Up to and including the line containing "A parametric FreeCAD", set down each line of the entries below exactly, starting from the first, and leave out the rest.

=== Data excerpts ===

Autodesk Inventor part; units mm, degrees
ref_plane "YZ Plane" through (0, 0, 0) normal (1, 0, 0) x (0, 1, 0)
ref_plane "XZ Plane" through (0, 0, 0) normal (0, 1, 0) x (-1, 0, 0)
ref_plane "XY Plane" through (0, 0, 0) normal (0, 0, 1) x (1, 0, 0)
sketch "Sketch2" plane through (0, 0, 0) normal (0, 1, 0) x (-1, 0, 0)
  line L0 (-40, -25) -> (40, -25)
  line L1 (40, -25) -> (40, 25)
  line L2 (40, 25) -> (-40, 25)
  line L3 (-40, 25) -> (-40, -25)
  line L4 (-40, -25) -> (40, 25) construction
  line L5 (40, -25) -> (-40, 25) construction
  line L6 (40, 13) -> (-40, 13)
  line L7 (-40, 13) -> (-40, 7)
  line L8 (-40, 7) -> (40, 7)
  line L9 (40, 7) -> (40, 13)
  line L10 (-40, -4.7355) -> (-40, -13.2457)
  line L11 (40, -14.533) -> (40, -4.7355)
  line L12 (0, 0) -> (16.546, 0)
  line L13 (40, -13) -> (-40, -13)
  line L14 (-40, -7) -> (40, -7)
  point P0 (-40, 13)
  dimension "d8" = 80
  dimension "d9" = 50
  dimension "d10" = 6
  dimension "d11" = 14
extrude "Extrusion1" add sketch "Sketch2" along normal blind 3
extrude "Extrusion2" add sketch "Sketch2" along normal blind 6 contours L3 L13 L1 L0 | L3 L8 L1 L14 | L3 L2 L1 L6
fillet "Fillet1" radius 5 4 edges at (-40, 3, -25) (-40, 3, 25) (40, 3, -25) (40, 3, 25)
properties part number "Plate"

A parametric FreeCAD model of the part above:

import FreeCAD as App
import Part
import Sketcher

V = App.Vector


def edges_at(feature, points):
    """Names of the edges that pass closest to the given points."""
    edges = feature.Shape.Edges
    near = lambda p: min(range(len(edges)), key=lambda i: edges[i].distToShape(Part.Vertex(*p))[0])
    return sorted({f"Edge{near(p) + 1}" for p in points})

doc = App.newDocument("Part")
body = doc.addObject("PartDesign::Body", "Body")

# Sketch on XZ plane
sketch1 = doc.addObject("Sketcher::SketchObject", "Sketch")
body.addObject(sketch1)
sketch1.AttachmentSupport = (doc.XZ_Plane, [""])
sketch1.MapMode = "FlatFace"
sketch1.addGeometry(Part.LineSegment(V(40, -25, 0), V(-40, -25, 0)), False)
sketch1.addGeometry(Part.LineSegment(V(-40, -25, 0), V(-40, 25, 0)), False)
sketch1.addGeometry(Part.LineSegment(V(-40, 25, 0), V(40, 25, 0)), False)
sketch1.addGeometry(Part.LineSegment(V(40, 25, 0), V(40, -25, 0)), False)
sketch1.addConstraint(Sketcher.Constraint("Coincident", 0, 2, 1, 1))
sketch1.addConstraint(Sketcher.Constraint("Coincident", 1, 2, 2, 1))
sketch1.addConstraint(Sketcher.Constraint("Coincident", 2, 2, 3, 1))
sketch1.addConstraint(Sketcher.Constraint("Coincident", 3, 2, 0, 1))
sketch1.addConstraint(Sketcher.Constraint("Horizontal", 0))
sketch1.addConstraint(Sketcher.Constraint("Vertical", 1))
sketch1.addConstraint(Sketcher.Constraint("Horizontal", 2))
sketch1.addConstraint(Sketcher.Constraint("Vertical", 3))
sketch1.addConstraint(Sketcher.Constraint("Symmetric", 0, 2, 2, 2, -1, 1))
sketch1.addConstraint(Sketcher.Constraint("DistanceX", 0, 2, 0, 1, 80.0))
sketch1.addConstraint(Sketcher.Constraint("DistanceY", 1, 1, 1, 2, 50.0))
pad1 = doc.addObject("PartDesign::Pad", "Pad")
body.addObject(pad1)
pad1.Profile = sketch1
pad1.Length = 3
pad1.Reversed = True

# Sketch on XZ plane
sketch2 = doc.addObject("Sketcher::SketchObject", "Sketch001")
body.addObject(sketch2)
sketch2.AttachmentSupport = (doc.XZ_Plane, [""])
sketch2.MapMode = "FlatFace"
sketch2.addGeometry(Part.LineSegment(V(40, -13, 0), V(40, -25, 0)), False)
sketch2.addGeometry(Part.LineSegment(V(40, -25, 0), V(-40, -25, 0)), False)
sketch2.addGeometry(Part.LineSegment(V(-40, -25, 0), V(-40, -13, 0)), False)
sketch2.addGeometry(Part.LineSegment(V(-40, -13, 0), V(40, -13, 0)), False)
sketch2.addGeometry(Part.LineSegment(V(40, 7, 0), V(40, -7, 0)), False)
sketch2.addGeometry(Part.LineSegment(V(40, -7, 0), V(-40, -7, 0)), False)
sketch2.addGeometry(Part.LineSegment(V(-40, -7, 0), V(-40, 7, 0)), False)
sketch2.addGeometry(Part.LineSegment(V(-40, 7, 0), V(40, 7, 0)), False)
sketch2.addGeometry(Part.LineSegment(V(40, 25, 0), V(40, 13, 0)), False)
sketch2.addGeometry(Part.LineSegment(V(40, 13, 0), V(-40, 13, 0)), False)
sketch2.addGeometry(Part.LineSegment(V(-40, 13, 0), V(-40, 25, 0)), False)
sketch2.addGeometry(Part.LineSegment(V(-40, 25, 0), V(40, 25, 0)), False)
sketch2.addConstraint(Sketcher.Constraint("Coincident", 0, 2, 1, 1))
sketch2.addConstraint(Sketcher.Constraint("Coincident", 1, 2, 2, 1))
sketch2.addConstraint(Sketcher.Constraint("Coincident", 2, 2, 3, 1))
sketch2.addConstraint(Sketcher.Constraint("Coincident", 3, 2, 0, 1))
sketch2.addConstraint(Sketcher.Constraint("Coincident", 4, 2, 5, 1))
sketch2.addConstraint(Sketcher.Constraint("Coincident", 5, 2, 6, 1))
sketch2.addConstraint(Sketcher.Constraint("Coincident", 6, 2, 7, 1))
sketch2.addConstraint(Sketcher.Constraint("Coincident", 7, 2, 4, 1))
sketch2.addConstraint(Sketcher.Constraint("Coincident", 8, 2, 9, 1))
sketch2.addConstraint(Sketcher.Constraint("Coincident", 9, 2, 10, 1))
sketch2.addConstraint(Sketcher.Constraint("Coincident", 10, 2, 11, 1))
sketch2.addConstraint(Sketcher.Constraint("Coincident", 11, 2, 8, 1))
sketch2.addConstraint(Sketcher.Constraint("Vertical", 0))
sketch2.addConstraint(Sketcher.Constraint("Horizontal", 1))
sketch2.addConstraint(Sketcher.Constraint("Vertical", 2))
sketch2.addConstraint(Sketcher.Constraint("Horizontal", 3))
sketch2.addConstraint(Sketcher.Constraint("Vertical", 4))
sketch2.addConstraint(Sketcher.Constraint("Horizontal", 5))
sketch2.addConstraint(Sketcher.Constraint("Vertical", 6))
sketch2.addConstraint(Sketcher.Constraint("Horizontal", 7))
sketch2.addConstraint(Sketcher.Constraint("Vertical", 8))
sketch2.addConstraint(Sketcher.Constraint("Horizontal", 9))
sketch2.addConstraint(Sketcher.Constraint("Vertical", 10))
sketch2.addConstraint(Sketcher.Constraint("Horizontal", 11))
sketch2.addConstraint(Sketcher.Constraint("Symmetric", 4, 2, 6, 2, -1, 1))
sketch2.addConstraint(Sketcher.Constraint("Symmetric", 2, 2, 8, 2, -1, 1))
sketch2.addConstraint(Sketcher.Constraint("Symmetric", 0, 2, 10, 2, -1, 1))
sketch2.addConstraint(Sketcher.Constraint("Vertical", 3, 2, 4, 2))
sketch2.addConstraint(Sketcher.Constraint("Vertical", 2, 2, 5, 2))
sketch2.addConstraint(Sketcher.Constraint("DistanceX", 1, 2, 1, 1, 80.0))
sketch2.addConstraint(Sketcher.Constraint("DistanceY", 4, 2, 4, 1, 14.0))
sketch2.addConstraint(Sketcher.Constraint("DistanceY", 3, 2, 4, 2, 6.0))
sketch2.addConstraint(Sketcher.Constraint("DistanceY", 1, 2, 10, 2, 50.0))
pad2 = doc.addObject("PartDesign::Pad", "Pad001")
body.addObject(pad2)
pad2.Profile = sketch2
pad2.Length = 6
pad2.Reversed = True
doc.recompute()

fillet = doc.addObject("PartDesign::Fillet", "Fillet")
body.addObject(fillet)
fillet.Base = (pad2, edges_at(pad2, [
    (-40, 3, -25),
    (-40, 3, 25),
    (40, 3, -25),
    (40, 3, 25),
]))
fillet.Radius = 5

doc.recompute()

===

Task output -
Autodesk Inventor part; units mm, degrees
ref_plane "YZ Plane" through (0, 0, 0) normal (1, 0, 0) x (0, 1, 0)
ref_plane "XZ Plane" through (0, 0, 0) normal (0, 1, 0) x (-1, 0, 0)
ref_plane "XY Plane" through (0, 0, 0) normal (0, 0, 1) x (1, 0, 0)
sketch "Sketch2" plane through (0, 0, 0) normal (0, 1, 0) x (-1, 0, 0)
  line L0 (-40, -25) -> (40, -25)
  line L1 (40, -25) -> (40, 25)
  line L2 (40, 25) -> (-40, 25)
  line L3 (-40, 25) -> (-40, -25)
  line L4 (-40, -25) -> (40, 25) construction
  line L5 (40, -25) -> (-40, 25) construction
  line L6 (40, 13) -> (-40, 13)
  line L7 (-40, 13) -> (-40, 7)
  line L8 (-40, 7) -> (40, 7)
  line L9 (40, 7) -> (40, 13)
  line L10 (-40, -4.7355) -> (-40, -13.2457)
  line L11 (40, -14.533) -> (40, -4.7355)
  line L12 (0, 0) -> (16.546, 0)
  line L13 (40, -13) -> (-40, -13)
  line L14 (-40, -7) -> (40, -7)
  point P0 (-40, 13)
  dimension "d8" = 80
  dimension "d9" = 50
  dimension "d10" = 6
  dimension "d11" = 14
extrude "Extrusion1" add sketch "Sketch2" along normal blind 3
extrude "Extrusion2" add sketch "Sketch2" along normal blind 6 contours L3 L13 L1 L0 | L3 L8 L1 L14 | L3 L2 L1 L6
fillet "Fillet1" radius 5 4 edges at (-40, 3, -25) (-40, 3, 25) (40, 3, -25) (40, 3, 25)
properties part number "Plate"

A parametric FreeCAD model of the part above:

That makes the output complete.